Plus de 300 antigènes ont été identifiés comme capables de provoquer une pneumopathie d'hypersensibilité, bien que huit d'entre eux représentent environ 75% des cas. Les antigènes sont généralement classés par type et par affiliation professionnelle; Le poumon d'un fermier causé par l'inhalation de poussières de foin contenant des actinomycètes thermophiles est un exemple classique de cette pathologie. Une similitude significative est observée entre la pneumonite d'hypersensibilité et la bronchite chronique chez les agriculteurs, chez lesquels la bronchite chronique se produit beaucoup plus souvent, se développe indépendamment du tabagisme et est associée à des sécrétions d'actinomycètes thermophiles. Les manifestations cliniques de cette affection et les résultats des études diagnostiques sont similaires à ceux d'une pneumonite d'hypersensibilité.

Maladie alvéolite allergique extrinsèque, est probablement un type de réaction d'hypersensibilité IV, où le contact répété avec l'antigène chez l'homme ayant une prédisposition héréditaire, conduit à neutrophile aiguë et alvéolite mononucléaire interstitielle accompagnée d'une infiltration de lymphocytes et de réaction granulomateuse. En cas de contact prolongé, la fibrose se développe avec l'oblitération des bronchioles.

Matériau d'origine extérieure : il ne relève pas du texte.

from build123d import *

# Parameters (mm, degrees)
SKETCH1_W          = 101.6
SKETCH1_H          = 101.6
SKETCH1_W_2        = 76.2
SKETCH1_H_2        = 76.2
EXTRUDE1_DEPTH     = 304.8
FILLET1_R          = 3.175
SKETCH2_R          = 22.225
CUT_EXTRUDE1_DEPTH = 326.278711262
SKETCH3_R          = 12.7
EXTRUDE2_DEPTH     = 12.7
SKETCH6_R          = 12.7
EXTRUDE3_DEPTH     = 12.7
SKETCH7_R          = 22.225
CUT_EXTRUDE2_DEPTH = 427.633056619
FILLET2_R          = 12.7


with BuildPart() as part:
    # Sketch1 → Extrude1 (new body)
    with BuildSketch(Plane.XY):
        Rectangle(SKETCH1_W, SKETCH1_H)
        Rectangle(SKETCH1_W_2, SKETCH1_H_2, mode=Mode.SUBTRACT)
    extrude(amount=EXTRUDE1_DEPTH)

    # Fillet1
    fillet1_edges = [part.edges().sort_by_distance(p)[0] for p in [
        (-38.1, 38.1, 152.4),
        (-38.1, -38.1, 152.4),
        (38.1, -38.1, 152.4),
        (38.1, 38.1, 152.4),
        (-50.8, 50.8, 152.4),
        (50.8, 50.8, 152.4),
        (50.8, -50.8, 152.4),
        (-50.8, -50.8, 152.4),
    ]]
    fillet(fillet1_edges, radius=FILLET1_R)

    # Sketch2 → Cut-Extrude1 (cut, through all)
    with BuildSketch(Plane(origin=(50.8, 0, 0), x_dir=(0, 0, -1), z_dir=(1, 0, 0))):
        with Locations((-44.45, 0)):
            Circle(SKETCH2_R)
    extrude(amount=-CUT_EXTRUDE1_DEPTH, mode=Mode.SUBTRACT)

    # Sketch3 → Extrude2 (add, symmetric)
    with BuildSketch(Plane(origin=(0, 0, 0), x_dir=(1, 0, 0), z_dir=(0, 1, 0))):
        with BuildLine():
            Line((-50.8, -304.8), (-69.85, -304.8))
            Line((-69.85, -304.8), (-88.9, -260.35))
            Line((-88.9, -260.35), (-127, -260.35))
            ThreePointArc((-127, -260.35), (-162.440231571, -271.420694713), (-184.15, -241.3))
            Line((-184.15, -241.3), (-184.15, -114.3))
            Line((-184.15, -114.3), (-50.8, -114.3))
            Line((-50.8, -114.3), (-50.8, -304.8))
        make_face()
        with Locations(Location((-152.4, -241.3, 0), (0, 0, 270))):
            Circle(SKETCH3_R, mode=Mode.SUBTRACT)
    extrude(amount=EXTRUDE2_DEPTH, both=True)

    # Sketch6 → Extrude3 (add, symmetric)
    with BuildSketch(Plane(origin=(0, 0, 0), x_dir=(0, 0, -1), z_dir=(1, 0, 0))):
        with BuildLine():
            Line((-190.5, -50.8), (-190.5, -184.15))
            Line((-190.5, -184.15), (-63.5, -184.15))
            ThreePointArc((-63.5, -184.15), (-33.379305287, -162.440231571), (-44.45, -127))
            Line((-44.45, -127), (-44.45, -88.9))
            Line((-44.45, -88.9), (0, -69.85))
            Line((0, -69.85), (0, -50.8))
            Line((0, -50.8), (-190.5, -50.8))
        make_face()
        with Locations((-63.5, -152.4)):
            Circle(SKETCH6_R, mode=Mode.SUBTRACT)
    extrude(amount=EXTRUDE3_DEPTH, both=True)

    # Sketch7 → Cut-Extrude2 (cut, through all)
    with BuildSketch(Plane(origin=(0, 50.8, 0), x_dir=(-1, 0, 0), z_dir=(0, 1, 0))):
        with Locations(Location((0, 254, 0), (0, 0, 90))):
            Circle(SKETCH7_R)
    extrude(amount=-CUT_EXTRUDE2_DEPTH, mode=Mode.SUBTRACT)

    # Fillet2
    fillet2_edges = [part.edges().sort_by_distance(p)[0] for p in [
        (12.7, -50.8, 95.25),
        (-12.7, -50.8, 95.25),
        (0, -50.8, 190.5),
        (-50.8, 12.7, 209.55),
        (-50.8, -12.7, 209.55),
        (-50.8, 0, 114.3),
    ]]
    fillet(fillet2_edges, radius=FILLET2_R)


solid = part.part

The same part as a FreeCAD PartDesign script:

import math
import FreeCAD as App
import Part
import Sketcher

V = App.Vector
Q = App.Units.Quantity


def edges_at(feature, points):
    """Names of the edges that pass closest to the given points."""
    edges = feature.Shape.Edges
    near = lambda p: min(range(len(edges)), key=lambda i: edges[i].distToShape(Part.Vertex(*p))[0])
    return sorted({f"Edge{near(p) + 1}" for p in points})


def add_polygon(sketch, points):
    """Adds a closed chain of lines whose ends are joined by coincident constraints."""
    first, n = sketch.GeometryCount, len(points)
    for a, b in zip(points, points[1:] + points[:1]):
        sketch.addGeometry(Part.LineSegment(App.Vector(*a, 0), App.Vector(*b, 0)), False)
    for i in range(n):
        sketch.addConstraint(Sketcher.Constraint("Coincident", first + i, 2, first + (i + 1) % n, 1))

doc = App.newDocument("Part")
body = doc.addObject("PartDesign::Body", "Body")

# Sketch on XY plane
sketch1 = body.newObject("Sketcher::SketchObject", "Sketch")
sketch1.AttachmentSupport = (doc.getObject("XY_Plane"), [""])
sketch1.MapMode = "FlatFace"
add_polygon(sketch1, [(-50.8, 50.8), (-50.8, -50.8), (50.8, -50.8), (50.8, 50.8)])  # lines 0-3
add_polygon(sketch1, [(38.1, -38.1), (-38.1, -38.1), (-38.1, 38.1), (38.1, 38.1)])  # lines 4-7
sketch1.addConstraint([
    Sketcher.Constraint("Vertical", 0),
    Sketcher.Constraint("Horizontal", 1),
    Sketcher.Constraint("Vertical", 2),
    Sketcher.Constraint("Horizontal", 3),
    Sketcher.Constraint("Horizontal", 4),
    Sketcher.Constraint("Vertical", 5),
    Sketcher.Constraint("Horizontal", 6),
    Sketcher.Constraint("Vertical", 7),
    Sketcher.Constraint("Symmetric", 0, 2, 2, 2, -1, 1),
    Sketcher.Constraint("Symmetric", 4, 2, 6, 2, -1, 1),
    Sketcher.Constraint("Equal", 3, 0),
    Sketcher.Constraint("Equal", 6, 5),
    Sketcher.Constraint("DistanceX", 1, 1, 1, 2, Q("4 in")),
    Sketcher.Constraint("DistanceX", 4, 2, 4, 1, Q("3 in")),
])
pad1 = body.newObject("PartDesign::Pad", "Pad")
pad1.Profile = sketch1
pad1.Length = Q("12 in")
doc.recompute()

fillet = body.newObject("PartDesign::Fillet", "Fillet")
fillet.Base = (pad1, edges_at(pad1, [
    (-38.1, 38.1, 152.4),
    (-38.1, -38.1, 152.4),
    (38.1, -38.1, 152.4),
    (38.1, 38.1, 152.4),
    (-50.8, 50.8, 152.4),
    (50.8, 50.8, 152.4),
    (50.8, -50.8, 152.4),
    (-50.8, -50.8, 152.4),
]))
fillet.Radius = Q("0.125 in")

# Sketch on YZ plane
sketch2 = body.newObject("Sketcher::SketchObject", "Sketch001")
sketch2.AttachmentSupport = (doc.getObject("YZ_Plane"), [""])
sketch2.MapMode = "FlatFace"
sketch2.AttachmentOffset = App.Placement(V(0, 0, 2 * 25.4), App.Rotation())
sketch2.addGeometry(Part.Circle(V(0, 44.45, 0), V(0, 0, 1), 22.225), False)
sketch2.addConstraint([
    Sketcher.Constraint("PointOnObject", 0, 3, -2),
    Sketcher.Constraint("Diameter", 0, Q("1.75 in")),
    Sketcher.Constraint("DistanceY", -1, 1, 0, 3, Q("1.75 in")),
])
pocket1 = body.newObject("PartDesign::Pocket", "Pocket")
pocket1.Profile = sketch2
pocket1.Type = "ThroughAll"

# Sketch on XZ plane
sketch3 = body.newObject("Sketcher::SketchObject", "Sketch002")
sketch3.AttachmentSupport = (doc.getObject("XZ_Plane"), [""])
sketch3.MapMode = "FlatFace"
sketch3.addGeometry([
    Part.LineSegment(V(-69.85, 304.8, 0), V(-50.8, 304.8, 0)),  # 0
    Part.LineSegment(V(-50.8, 304.8, 0), V(-50.8, 114.3, 0)),  # 1
    Part.LineSegment(V(-50.8, 114.3, 0), V(-184.15, 114.3, 0)),  # 2
    Part.LineSegment(V(-184.15, 114.3, 0), V(-184.15, 241.3, 0)),  # 3
    Part.ArcOfCircle(Part.Circle(V(-152.4, 241.3, 0), V(0, 0, 1), 31.75), math.radians(36.869898), math.radians(180)),  # 4
    Part.LineSegment(V(-127, 260.35, 0), V(-88.9, 260.35, 0)),  # 5
    Part.LineSegment(V(-88.9, 260.35, 0), V(-69.85, 304.8, 0)),  # 6
    Part.Circle(V(-152.4, 241.3, 0), V(0, 0, 1), 12.7),  # 7
], False)
sketch3.addConstraint([
    Sketcher.Constraint("Coincident", 0, 2, 1, 1),
    Sketcher.Constraint("Coincident", 1, 2, 2, 1),
    Sketcher.Constraint("Coincident", 2, 2, 3, 1),
    Sketcher.Constraint("Tangent", 3, 2, 4, 2),
    Sketcher.Constraint("Coincident", 4, 1, 5, 1),
    Sketcher.Constraint("Coincident", 5, 2, 6, 1),
    Sketcher.Constraint("Coincident", 6, 2, 0, 1),
    Sketcher.Constraint("Horizontal", 0),
    Sketcher.Constraint("Vertical", 1),
    Sketcher.Constraint("Horizontal", 2),
    Sketcher.Constraint("Vertical", 3),
    Sketcher.Constraint("Horizontal", 5),
    Sketcher.Constraint("Coincident", 7, 3, 4, 3),
    Sketcher.Constraint("Diameter", 7, Q("1 in")),
    Sketcher.Constraint("DistanceY", 3, 1, 3, 2, Q("5 in")),
    Sketcher.Constraint("Radius", 4, Q("1.25 in")),
    Sketcher.Constraint("DistanceX", 5, 1, 5, 2, Q("1.5 in")),
    Sketcher.Constraint("DistanceY", 1, 2, 1, 1, Q("7.5 in")),
    Sketcher.Constraint("DistanceX", 4, 3, -1, 1, Q("6 in")),
    Sketcher.Constraint("DistanceX", 0, 2, -1, 1, Q("2 in")),
    Sketcher.Constraint("DistanceY", -1, 1, 0, 2, Q("12 in")),
    Sketcher.Constraint("DistanceX", 4, 1, -1, 1, Q("5 in")),
    Sketcher.Constraint("DistanceX", 0, 1, 0, 2, Q("0.75 in")),
])
pad2 = body.newObject("PartDesign::Pad", "Pad001")
pad2.Profile = sketch3
pad2.Length = Q("1 in")
pad2.Midplane = True

# Sketch on YZ plane
sketch4 = body.newObject("Sketcher::SketchObject", "Sketch003")
sketch4.AttachmentSupport = (doc.getObject("YZ_Plane"), [""])
sketch4.MapMode = "FlatFace"
sketch4.addGeometry([
    Part.LineSegment(V(-50.8, 190.5, 0), V(-184.15, 190.5, 0)),  # 0
    Part.LineSegment(V(-184.15, 190.5, 0), V(-184.15, 63.5, 0)),  # 1
    Part.ArcOfCircle(Part.Circle(V(-152.4, 63.5, 0), V(0, 0, 1), 31.75), math.radians(180), math.radians(323.130102)),  # 2
    Part.LineSegment(V(-127, 44.45, 0), V(-88.9, 44.45, 0)),  # 3
    Part.LineSegment(V(-88.9, 44.45, 0), V(-69.85, 0, 0)),  # 4
    Part.LineSegment(V(-69.85, 0, 0), V(-50.8, 0, 0)),  # 5
    Part.LineSegment(V(-50.8, 0, 0), V(-50.8, 190.5, 0)),  # 6
    Part.Circle(V(-152.4, 63.5, 0), V(0, 0, 1), 12.7),  # 7
], False)
sketch4.addConstraint([
    Sketcher.Constraint("Coincident", 0, 2, 1, 1),
    Sketcher.Constraint("Tangent", 1, 2, 2, 1),
    Sketcher.Constraint("Coincident", 2, 2, 3, 1),
    Sketcher.Constraint("Coincident", 3, 2, 4, 1),
    Sketcher.Constraint("Coincident", 4, 2, 5, 1),
    Sketcher.Constraint("Coincident", 5, 2, 6, 1),
    Sketcher.Constraint("Coincident", 6, 2, 0, 1),
    Sketcher.Constraint("Horizontal", 0),
    Sketcher.Constraint("Vertical", 1),
    Sketcher.Constraint("Horizontal", 3),
    Sketcher.Constraint("Horizontal", 5),
    Sketcher.Constraint("Vertical", 6),
    Sketcher.Constraint("Coincident", 7, 3, 2, 3),
    Sketcher.Constraint("PointOnObject", 4, 2, -1),
    Sketcher.Constraint("Diameter", 7, Q("1 in")),
    Sketcher.Constraint("DistanceY", 1, 2, 1, 1, Q("5 in")),
    Sketcher.Constraint("Radius", 2, Q("1.25 in")),
    Sketcher.Constraint("DistanceX", 3, 1, 3, 2, Q("1.5 in")),
    Sketcher.Constraint("DistanceY", 6, 1, 6, 2, Q("7.5 in")),
    Sketcher.Constraint("DistanceX", 2, 3, -1, 1, Q("6 in")),
    Sketcher.Constraint("DistanceX", 2, 2, -1, 1, Q("5 in")),
    Sketcher.Constraint("DistanceX", 5, 2, -1, 1, Q("2 in")),
    Sketcher.Constraint("DistanceX", 5, 1, 5, 2, Q("0.75 in")),
])
pad3 = body.newObject("PartDesign::Pad", "Pad002")
pad3.Profile = sketch4
pad3.Length = Q("1 in")
pad3.Midplane = True

# Sketch on XZ plane
sketch5 = body.newObject("Sketcher::SketchObject", "Sketch004")
sketch5.AttachmentSupport = (doc.getObject("XZ_Plane"), [""])
sketch5.MapMode = "FlatFace"
sketch5.AttachmentOffset = App.Placement(V(0, 0, -2 * 25.4), App.Rotation())
sketch5.addGeometry(Part.Circle(V(0, 254, 0), V(0, 0, 1), 22.225), False)
sketch5.addConstraint([
    Sketcher.Constraint("PointOnObject", 0, 3, -2),
    Sketcher.Constraint("Diameter", 0, Q("1.75 in")),
    Sketcher.Constraint("DistanceY", -1, 1, 0, 3, Q("10 in")),
])
pocket2 = body.newObject("PartDesign::Pocket", "Pocket001")
pocket2.Profile = sketch5
pocket2.Type = "ThroughAll"
pocket2.Reversed = True
doc.recompute()

fillet2 = body.newObject("PartDesign::Fillet", "Fillet001")
fillet2.Base = (pocket2, edges_at(pocket2, [
    (12.7, -50.8, 95.25),
    (-12.7, -50.8, 95.25),
    (0, -50.8, 190.5),
    (-50.8, 12.7, 209.55),
    (-50.8, -12.7, 209.55),
    (-50.8, 0, 114.3),
]))
fillet2.Radius = Q("0.5 in")

doc.recompute()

Pretsipitiny circulants (anticorps-antigène), est apparemment pas jouer un rôle étiologique primaire, et ayant des antécédents de maladies allergiques (asthme ou allergies saisonnières) ne sont pas un facteur prédisposant. Fumée probablement des retards ou empêche la progression de la maladie, peut-être en raison d'une diminution de la réponse immunitaire à l'inhalation des antigènes du poumon. Cependant, le tabagisme peut aggraver la maladie, qui est déjà présente.

Pneumopathie d'hypersensibilité (alvéolite allergique extrinsèque) doit être différenciée des conditions cliniques similaires ayant différentes pathogenèse. Syndrome toxique poussière organique (mycotoxicose pulmonaire, la fièvre des grains), par exemple, un syndrome se manifeste par de la fièvre, des frissons, une myalgie et la dyspnée, qui ne nécessite pas de sensibilisation préalable, et est considérée comme étant causée par l'inhalation ou d'autres contaminants mycotoxines poussières organiques. La maladie d'empilage Silo peut conduire à une insuffisance respiratoire, le syndrome de détresse respiratoire aiguë (ARDS) et de bronchiolite oblitérante ou la bronchite, mais est causée par l'inhalation d'oxydes d'azote toxiques libérés à partir du maïs svezhefermentirovannoy ou ensilage de luzerne. L'asthme professionnel est le développement de la dyspnée chez des patients préalablement sensibilisés à l'antigène inhalé, mais d'autres affichages, tels que la présence d'une obstruction des voies aériennes, une infiltration eosinophile de leurs différences et l'antigène de déclenchement, le différencier de pneumonite d'hypersensibilité.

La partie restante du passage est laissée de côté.